The Revenge of the IE Box Model? - cbr
http://www.jefftk.com/news/2012-02-18.html
======
jasonkester
Notice that the author mentions CSS1 was published in 1996. IE3, the first
version with CSS support was also released in 1996, meaning it was in
development well before the W3C got together and decided on what they thought
the standard should be.

It's not like they read the "standard", then deliberately misinterpreted it,
as is the popular belief. Rather, they just picked a sane model and
implemented it. If anything, it would have to have been the W3C who
deliberately wrote their spec to leave IE out in the cold.

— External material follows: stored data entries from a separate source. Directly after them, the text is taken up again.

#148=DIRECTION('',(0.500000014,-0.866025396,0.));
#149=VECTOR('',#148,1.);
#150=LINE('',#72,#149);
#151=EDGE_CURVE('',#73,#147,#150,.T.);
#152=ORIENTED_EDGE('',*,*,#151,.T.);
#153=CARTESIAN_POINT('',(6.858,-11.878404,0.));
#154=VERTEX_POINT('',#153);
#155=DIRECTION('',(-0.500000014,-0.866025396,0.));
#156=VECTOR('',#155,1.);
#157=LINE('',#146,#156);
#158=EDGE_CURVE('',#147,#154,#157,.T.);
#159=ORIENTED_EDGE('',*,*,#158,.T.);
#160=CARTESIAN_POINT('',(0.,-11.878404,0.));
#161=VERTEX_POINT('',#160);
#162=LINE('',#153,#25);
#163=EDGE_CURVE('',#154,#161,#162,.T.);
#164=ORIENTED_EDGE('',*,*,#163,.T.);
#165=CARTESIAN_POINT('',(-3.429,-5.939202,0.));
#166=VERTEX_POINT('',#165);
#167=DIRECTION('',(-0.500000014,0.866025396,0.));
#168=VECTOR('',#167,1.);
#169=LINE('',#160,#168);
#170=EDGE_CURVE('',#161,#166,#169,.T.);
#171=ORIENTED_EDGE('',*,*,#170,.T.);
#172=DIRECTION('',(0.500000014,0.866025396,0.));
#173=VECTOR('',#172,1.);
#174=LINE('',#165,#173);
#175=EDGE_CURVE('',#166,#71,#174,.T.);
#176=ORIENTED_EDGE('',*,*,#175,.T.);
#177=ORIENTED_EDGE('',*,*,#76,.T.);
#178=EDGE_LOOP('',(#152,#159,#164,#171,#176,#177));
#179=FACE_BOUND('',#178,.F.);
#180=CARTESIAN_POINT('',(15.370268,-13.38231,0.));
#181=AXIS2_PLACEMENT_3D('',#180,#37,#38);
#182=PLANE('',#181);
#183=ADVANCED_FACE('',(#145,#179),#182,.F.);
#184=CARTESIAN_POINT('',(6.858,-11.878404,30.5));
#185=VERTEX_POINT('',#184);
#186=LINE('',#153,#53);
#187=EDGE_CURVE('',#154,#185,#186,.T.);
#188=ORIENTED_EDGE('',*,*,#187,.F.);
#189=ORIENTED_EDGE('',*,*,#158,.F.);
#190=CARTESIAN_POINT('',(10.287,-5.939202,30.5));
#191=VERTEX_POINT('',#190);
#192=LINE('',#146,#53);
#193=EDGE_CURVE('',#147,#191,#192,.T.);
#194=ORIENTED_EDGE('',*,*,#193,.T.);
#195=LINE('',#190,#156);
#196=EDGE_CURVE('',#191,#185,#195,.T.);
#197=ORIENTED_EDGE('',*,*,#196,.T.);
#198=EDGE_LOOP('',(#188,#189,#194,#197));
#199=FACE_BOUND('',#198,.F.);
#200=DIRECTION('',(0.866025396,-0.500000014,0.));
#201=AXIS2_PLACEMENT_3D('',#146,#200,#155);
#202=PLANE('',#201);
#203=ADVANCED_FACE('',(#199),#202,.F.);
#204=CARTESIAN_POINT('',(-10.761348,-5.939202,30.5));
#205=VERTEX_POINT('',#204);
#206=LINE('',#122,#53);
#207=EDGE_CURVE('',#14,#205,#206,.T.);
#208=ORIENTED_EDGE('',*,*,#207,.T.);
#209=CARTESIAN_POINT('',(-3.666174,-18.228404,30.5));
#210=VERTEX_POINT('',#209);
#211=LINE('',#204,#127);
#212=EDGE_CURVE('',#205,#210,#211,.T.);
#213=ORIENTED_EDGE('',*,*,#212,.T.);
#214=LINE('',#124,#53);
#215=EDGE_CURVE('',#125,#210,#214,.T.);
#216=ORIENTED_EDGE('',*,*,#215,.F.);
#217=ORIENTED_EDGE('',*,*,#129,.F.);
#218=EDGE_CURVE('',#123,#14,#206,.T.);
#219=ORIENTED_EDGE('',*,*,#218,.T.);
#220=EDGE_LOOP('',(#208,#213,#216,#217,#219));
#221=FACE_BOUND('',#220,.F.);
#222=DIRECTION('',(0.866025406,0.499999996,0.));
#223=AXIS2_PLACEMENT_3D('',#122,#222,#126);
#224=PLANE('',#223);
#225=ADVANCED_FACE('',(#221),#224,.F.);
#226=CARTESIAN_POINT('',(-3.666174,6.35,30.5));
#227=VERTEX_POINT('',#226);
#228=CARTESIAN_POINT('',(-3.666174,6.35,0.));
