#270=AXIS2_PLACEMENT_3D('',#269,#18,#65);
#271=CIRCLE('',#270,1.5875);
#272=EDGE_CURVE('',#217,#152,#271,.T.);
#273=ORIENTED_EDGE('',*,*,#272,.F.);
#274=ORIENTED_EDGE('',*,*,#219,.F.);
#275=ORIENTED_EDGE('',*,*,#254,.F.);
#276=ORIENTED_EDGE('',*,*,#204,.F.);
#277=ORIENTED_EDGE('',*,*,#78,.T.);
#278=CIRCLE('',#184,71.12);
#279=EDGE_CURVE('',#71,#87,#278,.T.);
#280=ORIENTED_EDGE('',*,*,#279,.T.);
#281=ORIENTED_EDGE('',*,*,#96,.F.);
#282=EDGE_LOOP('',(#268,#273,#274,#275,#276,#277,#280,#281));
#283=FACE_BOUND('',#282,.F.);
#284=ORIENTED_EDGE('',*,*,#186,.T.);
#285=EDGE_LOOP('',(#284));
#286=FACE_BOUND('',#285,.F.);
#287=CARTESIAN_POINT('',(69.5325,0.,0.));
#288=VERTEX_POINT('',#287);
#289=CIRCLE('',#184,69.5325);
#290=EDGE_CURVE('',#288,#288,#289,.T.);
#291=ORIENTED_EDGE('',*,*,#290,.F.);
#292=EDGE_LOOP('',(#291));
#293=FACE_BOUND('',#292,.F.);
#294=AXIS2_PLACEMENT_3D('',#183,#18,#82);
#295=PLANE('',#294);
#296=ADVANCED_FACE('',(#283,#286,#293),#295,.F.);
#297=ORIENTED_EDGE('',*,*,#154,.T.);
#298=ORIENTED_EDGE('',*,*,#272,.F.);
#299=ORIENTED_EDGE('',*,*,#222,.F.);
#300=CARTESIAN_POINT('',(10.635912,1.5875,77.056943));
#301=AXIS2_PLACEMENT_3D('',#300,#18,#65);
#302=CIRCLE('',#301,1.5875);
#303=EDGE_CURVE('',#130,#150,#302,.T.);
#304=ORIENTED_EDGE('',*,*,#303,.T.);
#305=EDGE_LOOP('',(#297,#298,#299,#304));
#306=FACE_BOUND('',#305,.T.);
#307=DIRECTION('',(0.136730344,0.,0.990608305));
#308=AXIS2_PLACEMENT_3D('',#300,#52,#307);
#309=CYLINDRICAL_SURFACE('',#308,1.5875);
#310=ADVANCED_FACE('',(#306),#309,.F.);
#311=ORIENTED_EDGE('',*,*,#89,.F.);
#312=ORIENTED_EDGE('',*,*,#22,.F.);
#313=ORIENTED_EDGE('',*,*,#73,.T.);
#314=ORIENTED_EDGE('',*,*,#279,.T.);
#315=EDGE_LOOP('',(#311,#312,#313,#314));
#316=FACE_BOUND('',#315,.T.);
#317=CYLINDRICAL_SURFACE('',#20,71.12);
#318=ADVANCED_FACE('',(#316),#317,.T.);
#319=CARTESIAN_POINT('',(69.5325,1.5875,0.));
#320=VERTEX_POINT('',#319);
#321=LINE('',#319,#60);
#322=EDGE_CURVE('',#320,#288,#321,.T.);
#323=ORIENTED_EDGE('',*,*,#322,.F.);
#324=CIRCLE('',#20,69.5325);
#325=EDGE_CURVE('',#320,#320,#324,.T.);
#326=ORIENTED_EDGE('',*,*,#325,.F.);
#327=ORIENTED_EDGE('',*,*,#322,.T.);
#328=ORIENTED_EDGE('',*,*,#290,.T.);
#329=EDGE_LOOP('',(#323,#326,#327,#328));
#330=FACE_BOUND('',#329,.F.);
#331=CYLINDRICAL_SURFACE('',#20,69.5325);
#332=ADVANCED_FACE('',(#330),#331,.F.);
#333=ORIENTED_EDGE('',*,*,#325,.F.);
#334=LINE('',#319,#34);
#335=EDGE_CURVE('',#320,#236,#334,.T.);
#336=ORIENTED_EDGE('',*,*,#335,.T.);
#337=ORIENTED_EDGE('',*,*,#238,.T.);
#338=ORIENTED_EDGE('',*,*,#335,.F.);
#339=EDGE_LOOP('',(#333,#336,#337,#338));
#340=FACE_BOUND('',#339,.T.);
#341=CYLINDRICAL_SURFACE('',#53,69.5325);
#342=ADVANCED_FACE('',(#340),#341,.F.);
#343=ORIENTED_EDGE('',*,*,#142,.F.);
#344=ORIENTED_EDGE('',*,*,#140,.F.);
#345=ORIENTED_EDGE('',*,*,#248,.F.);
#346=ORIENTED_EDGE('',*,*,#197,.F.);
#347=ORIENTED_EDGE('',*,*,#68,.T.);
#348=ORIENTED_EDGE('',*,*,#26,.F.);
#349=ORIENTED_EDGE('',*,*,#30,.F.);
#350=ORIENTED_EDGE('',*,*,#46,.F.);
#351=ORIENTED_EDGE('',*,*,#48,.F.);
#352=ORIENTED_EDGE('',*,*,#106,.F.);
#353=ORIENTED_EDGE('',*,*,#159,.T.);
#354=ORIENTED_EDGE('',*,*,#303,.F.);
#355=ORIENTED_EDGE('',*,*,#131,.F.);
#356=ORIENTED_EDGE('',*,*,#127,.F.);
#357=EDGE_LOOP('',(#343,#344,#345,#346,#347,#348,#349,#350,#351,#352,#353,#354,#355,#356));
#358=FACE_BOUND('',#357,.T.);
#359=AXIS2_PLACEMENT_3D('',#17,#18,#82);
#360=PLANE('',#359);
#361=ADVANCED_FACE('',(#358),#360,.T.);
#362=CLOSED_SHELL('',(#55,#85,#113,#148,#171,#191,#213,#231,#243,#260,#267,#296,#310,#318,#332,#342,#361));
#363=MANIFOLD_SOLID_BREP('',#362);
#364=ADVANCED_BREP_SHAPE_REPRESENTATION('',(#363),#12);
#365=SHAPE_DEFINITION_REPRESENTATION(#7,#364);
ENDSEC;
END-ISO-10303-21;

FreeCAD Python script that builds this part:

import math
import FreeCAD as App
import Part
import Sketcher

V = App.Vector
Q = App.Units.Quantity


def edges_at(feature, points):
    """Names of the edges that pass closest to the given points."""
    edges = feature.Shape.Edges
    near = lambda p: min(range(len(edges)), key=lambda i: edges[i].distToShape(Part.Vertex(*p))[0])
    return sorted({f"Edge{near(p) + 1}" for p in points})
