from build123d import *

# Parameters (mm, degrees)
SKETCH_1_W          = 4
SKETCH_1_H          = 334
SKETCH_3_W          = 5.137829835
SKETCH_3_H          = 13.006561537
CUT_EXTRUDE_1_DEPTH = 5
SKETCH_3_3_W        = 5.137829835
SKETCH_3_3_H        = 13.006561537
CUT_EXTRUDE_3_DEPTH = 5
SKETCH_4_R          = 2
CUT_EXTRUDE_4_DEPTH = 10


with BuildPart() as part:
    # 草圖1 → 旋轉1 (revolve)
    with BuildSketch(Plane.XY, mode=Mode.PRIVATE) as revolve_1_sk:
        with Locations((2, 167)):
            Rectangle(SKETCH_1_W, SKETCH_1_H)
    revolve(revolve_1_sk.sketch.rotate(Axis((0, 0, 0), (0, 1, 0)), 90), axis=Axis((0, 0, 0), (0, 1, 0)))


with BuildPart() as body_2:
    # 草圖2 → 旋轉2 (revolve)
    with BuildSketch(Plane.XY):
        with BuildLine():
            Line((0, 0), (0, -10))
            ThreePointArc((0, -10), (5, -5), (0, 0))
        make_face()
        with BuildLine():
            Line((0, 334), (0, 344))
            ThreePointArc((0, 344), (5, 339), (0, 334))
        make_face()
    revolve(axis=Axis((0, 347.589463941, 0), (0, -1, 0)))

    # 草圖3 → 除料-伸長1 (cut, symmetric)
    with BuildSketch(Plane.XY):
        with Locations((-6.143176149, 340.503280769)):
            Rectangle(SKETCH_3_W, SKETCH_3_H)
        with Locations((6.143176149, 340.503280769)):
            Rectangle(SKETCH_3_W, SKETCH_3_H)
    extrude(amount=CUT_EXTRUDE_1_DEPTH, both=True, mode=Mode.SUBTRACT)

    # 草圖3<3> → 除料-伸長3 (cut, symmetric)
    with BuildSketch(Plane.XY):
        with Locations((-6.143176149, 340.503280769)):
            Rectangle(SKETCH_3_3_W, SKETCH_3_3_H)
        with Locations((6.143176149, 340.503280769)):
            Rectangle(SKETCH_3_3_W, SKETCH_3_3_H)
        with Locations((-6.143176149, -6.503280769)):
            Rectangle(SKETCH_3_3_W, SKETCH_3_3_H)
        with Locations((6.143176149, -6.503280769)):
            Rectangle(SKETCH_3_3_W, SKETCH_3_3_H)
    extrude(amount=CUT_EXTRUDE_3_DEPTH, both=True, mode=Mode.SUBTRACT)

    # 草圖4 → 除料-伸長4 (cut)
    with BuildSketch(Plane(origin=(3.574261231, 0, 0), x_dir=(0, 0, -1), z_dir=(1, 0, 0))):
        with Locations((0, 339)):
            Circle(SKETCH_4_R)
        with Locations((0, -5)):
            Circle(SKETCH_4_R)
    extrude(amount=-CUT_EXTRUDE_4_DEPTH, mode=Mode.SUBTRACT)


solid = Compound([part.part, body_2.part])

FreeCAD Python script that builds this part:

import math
import FreeCAD as App
import Part
import Sketcher

doc = App.newDocument("Part")
body = doc.addObject("PartDesign::Body", "Body")

# Sketch on XY plane
sketch1 = body.newObject("Sketcher::SketchObject", "Sketch")
sketch1.AttachmentSupport = (doc.getObject("XY_Plane"), [""])
sketch1.MapMode = "FlatFace"
sketch1.addGeometry([
    Part.LineSegment(App.Vector(0, 334, 0), App.Vector(0, 0, 0)),
    Part.LineSegment(App.Vector(0, 0, 0), App.Vector(4, 0, 0)),
    Part.LineSegment(App.Vector(4, 0, 0), App.Vector(4, 334, 0)),
    Part.LineSegment(App.Vector(4, 334, 0), App.Vector(0, 334, 0)),
], False)
sketch1.addConstraint([
    Sketcher.Constraint("Coincident", 0, 2, 1, 1),
    Sketcher.Constraint("Coincident", 1, 2, 2, 1),
    Sketcher.Constraint("Coincident", 2, 2, 3, 1),
    Sketcher.Constraint("Coincident", 3, 2, 0, 1),
    Sketcher.Constraint("Vertical", 0),
    Sketcher.Constraint("Horizontal", 1),
    Sketcher.Constraint("Vertical", 2),
    Sketcher.Constraint("Horizontal", 3),
    Sketcher.Constraint("Coincident", 0, 2, -1, 1),
    Sketcher.Constraint("DistanceX", 1, 1, 1, 2, 4.0),
    Sketcher.Constraint("DistanceY", 0, 2, 0, 1, 334.0),
])
revolution = body.newObject("PartDesign::Revolution", "Revolution")
revolution.Profile = sketch1
revolution.ReferenceAxis = (sketch1, ["V_Axis"])
revolution.Angle = 360
body2 = doc.addObject("PartDesign::Body", "Body001")
body2.AllowCompound = True

# Sketch on XY plane
sketch2 = body2.newObject("Sketcher::SketchObject", "Sketch001")
sketch2.AttachmentSupport = (doc.getObject("XY_Plane001"), [""])
sketch2.MapMode = "FlatFace"
sketch2.addGeometry([
    Part.LineSegment(App.Vector(0, 0, 0), App.Vector(0, -10, 0)),
    Part.ArcOfCircle(Part.Circle(App.Vector(0, -5, 0), App.Vector(0, 0, 1), 5), math.radians(-90), math.radians(90)),
    Part.LineSegment(App.Vector(0, 344, 0), App.Vector(0, 334, 0)),
    Part.ArcOfCircle(Part.Circle(App.Vector(0, 339, 0), App.Vector(0, 0, 1), 5), math.radians(-90), math.radians(90)),
], False)
sketch2.addConstraint([
    Sketcher.Constraint("Coincident", 0, 1, 1, 2),
    Sketcher.Constraint("Coincident", 1, 1, 0, 2),
    Sketcher.Constraint("Coincident", 2, 1, 3, 2),
    Sketcher.Constraint("Coincident", 3, 1, 2, 2),
    Sketcher.Constraint("Vertical", 0),
    Sketcher.Constraint("Vertical", 2),
    Sketcher.Constraint("Coincident", 0, 1, -1, 1),
    Sketcher.Constraint("Equal", 1, 3),
    Sketcher.Constraint("PointOnObject", 1, 3, -2),
    Sketcher.Constraint("PointOnObject", 3, 3, -2),
    Sketcher.Constraint("PointOnObject", 2, 1, -2),
    Sketcher.Constraint("Radius", 1, 5.0),
    Sketcher.Constraint("DistanceY", -1, 1, 3, 3, 339.0),
])
revolution2 = body2.newObject("PartDesign::Revolution", "Revolution001")
revolution2.Profile = sketch2
revolution2.ReferenceAxis = (sketch2, ["V_Axis"])
revolution2.Angle = 360

# Sketch on XY plane
sketch3 = body2.newObject("Sketcher::SketchObject", "Sketch002")
sketch3.AttachmentSupport = (doc.getObject("XY_Plane001"), [""])
sketch3.MapMode = "FlatFace"
sketch3.addGeometry([
    Part.LineSegment(App.Vector(-9, 347, 0), App.Vector(-9, 334, 0)),  # 0
    Part.LineSegment(App.Vector(-9, 334, 0), App.Vector(-4, 334, 0)),  # 1
    Part.LineSegment(App.Vector(-4, 334, 0), App.Vector(-4, 347, 0)),  # 2
    Part.LineSegment(App.Vector(-4, 347, 0), App.Vector(-9, 347, 0)),  # 3
    Part.LineSegment(App.Vector(4, 347, 0), App.Vector(4, 334, 0)),  # 4
    Part.LineSegment(App.Vector(4, 334, 0), App.Vector(9, 334, 0)),  # 5
    Part.LineSegment(App.Vector(9, 334, 0), App.Vector(9, 347, 0)),  # 6
    Part.LineSegment(App.Vector(9, 347, 0), App.Vector(4, 347, 0)),  # 7
], False)
sketch3.addConstraint([
    Sketcher.Constraint("Coincident", 0, 2, 1, 1),
    Sketcher.Constraint("Coincident", 1, 2, 2, 1),
    Sketcher.Constraint("Coincident", 2, 2, 3, 1),
    Sketcher.Constraint("Coincident", 3, 2, 0, 1),
    Sketcher.Constraint("Coincident", 4, 2, 5, 1),
    Sketcher.Constraint("Coincident", 5, 2, 6, 1),
    Sketcher.Constraint("Coincident", 6, 2, 7, 1),
    Sketcher.Constraint("Coincident", 7, 2, 4, 1),
    Sketcher.Constraint("Vertical", 0),
    Sketcher.Constraint("Horizontal", 1),
    Sketcher.Constraint("Vertical", 2),
    Sketcher.Constraint("Horizontal", 3),
    Sketcher.Constraint("Vertical", 4),
    Sketcher.Constraint("Horizontal", 5),
    Sketcher.Constraint("Vertical", 6),
    Sketcher.Constraint("Horizontal", 7),
    Sketcher.Constraint("Symmetric", 1, 2, 4, 2, -2),
    Sketcher.Constraint("Symmetric", 3, 2, 6, 2, -2),
    Sketcher.Constraint("DistanceY", -1, 1, 0, 2, 334.0),
    Sketcher.Constraint("DistanceX", 1, 1, 1, 2, 5.13783),
    Sketcher.Constraint("DistanceY", 0, 2, 0, 1, 13.006562),
    Sketcher.Constraint("DistanceX", 0, 2, -1, 1, 8.712091),
])
pocket1 = body2.newObject("PartDesign::Pocket", "Pocket")
pocket1.Profile = sketch3
pocket1.Length = 10
pocket1.Midplane = True

# Sketch on XY plane
sketch4 = body2.newObject("Sketcher::SketchObject", "Sketch003")
sketch4.AttachmentSupport = (doc.getObject("XY_Plane001"), [""])
sketch4.MapMode = "FlatFace"
sketch4.addGeometry([
    Part.LineSegment(App.Vector(-9, 347, 0), App.Vector(-9, 334, 0)),  # 0
    Part.LineSegment(App.Vector(-9, 334, 0), App.Vector(-4, 334, 0)),  # 1
    Part.LineSegment(App.Vector(-4, 334, 0), App.Vector(-4, 347, 0)),  # 2
    Part.LineSegment(App.Vector(-4, 347, 0), App.Vector(-9, 347, 0)),  # 3
    Part.LineSegment(App.Vector(4, 347, 0), App.Vector(4, 334, 0)),  # 4
    Part.LineSegment(App.Vector(4, 334, 0), App.Vector(9, 334, 0)),  # 5
    Part.LineSegment(App.Vector(9, 334, 0), App.Vector(9, 347, 0)),  # 6
    Part.LineSegment(App.Vector(9, 347, 0), App.Vector(4, 347, 0)),  # 7
    Part.LineSegment(App.Vector(-9, 0, 0), App.Vector(-9, -13, 0)),  # 8
    Part.LineSegment(App.Vector(-9, -13, 0), App.Vector(-4, -13, 0)),  # 9
    Part.LineSegment(App.Vector(-4, -13, 0), App.Vector(-4, 0, 0)),  # 10
    Part.LineSegment(App.Vector(-4, 0, 0), App.Vector(-9, 0, 0)),  # 11
    Part.LineSegment(App.Vector(4, 0, 0), App.Vector(4, -13, 0)),  # 12
    Part.LineSegment(App.Vector(4, -13, 0), App.Vector(9, -13, 0)),  # 13
    Part.LineSegment(App.Vector(9, -13, 0), App.Vector(9, 0, 0)),  # 14
    Part.LineSegment(App.Vector(9, 0, 0), App.Vector(4, 0, 0)),  # 15
], False)
sketch4.addConstraint([
    Sketcher.Constraint("Coincident", 0, 2, 1, 1),
    Sketcher.Constraint("Coincident", 1, 2, 2, 1),
    Sketcher.Constraint("Coincident", 2, 2, 3, 1),
    Sketcher.Constraint("Coincident", 3, 2, 0, 1),
    Sketcher.Constraint("Coincident", 4, 2, 5, 1),
    Sketcher.Constraint("Coincident", 5, 2, 6, 1),
    Sketcher.Constraint("Coincident", 6, 2, 7, 1),
    Sketcher.Constraint("Coincident", 7, 2, 4, 1),
    Sketcher.Constraint("Coincident", 8, 2, 9, 1),
    Sketcher.Constraint("Coincident", 9, 2, 10, 1),
    Sketcher.Constraint("Coincident", 10, 2, 11, 1),
    Sketcher.Constraint("Coincident", 11, 2, 8, 1),
    Sketcher.Constraint("Coincident", 12, 2, 13, 1),
    Sketcher.Constraint("Coincident", 13, 2, 14, 1),
    Sketcher.Constraint("Coincident", 14, 2, 15, 1),
    Sketcher.Constraint("Coincident", 15, 2, 12, 1),
    Sketcher.Constraint("Vertical", 0),
    Sketcher.Constraint("Horizontal", 1),
    Sketcher.Constraint("Vertical", 2),
    Sketcher.Constraint("Horizontal", 3),
    Sketcher.Constraint("Vertical", 4),
    Sketcher.Constraint("Horizontal", 5),
    Sketcher.Constraint("Vertical", 6),
    Sketcher.Constraint("Horizontal", 7),
    Sketcher.Constraint("Vertical", 8),
    Sketcher.Constraint("Horizontal", 9),
    Sketcher.Constraint("Vertical", 10),
    Sketcher.Constraint("Horizontal", 11),
    Sketcher.Constraint("Vertical", 12),
    Sketcher.Constraint("Horizontal", 13),
    Sketcher.Constraint("Vertical", 14),
    Sketcher.Constraint("Horizontal", 15),
    Sketcher.Constraint("Symmetric", 11, 2, 14, 2, -1, 1),
    Sketcher.Constraint("Symmetric", 1, 2, 4, 2, -2),
    Sketcher.Constraint("Symmetric", 3, 2, 6, 2, -2),
    Sketcher.Constraint("Symmetric", 9, 2, 12, 2, -2),
    Sketcher.Constraint("PointOnObject", 10, 2, -1),
    Sketcher.Constraint("Vertical", 3, 2, 8, 2),
    Sketcher.Constraint("Vertical", 2, 2, 9, 2),
    Sketcher.Constraint("Equal", 6, 8),
    Sketcher.Constraint("DistanceY", -1, 1, 0, 2, 334.0),
    Sketcher.Constraint("DistanceX", 1, 1, 1, 2, 5.13783),
    Sketcher.Constraint("DistanceY", 0, 2, 0, 1, 13.006562),
    Sketcher.Constraint("DistanceX", 0, 2, -1, 1, 8.712091),
])
pocket2 = body2.newObject("PartDesign::Pocket", "Pocket001")
pocket2.Profile = sketch4
pocket2.Length = 10
pocket2.Midplane = True

# Sketch on YZ plane
sketch5 = body2.newObject("Sketcher::SketchObject", "Sketch004")
sketch5.AttachmentSupport = (doc.getObject("YZ_Plane001"), [""])
sketch5.MapMode = "FlatFace"
sketch5.AttachmentOffset = App.Placement(App.Vector(0, 0, 3.574261), App.Rotation())
sketch5.addGeometry([
    Part.Circle(App.Vector(339, 0, 0), App.Vector(0, 0, 1), 2),
    Part.Circle(App.Vector(-5, 0, 0), App.Vector(0, 0, 1), 2),
], False)
sketch5.addConstraint([
    Sketcher.Constraint("Equal", 0, 1),
    Sketcher.Constraint("PointOnObject", 0, 3, -1),
    Sketcher.Constraint("PointOnObject", 1, 3, -1),
    Sketcher.Constraint("Diameter", 0, 4.0),
    Sketcher.Constraint("DistanceX", -1, 1, 0, 3, 339.0),
    Sketcher.Constraint("DistanceX", 1, 3, -1, 1, 5.0),
])
pocket3 = body2.newObject("PartDesign::Pocket", "Pocket002")
pocket3.Profile = sketch5
pocket3.Length = 10

doc.recompute()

Naturally, I don't think either one was the case. It seems that the IE team
made the correct choice (as it's very difficult to argue that the IE box model
is not in fact a better way of thinking about boxes), and the standards team
(who weren't actually in the business of building browsers) made a less good
choice.

If only the Netscape team weren't so (possibly for good reason) angry with
Microsoft, they might not have switched they way they sized boxes when they
built Navigator 6, and we would have had a much less painful time writing web
apps these last 10 years.

Shame. At this point, it's probably too late, as we're all thoroughly trained
to deal with the idiosyncracies of the W3C box model to bother using the CSS
hack mentioned in the article to get us back to a sane box model where a box
with a width:100px actually renders as a 100 pixel wide box.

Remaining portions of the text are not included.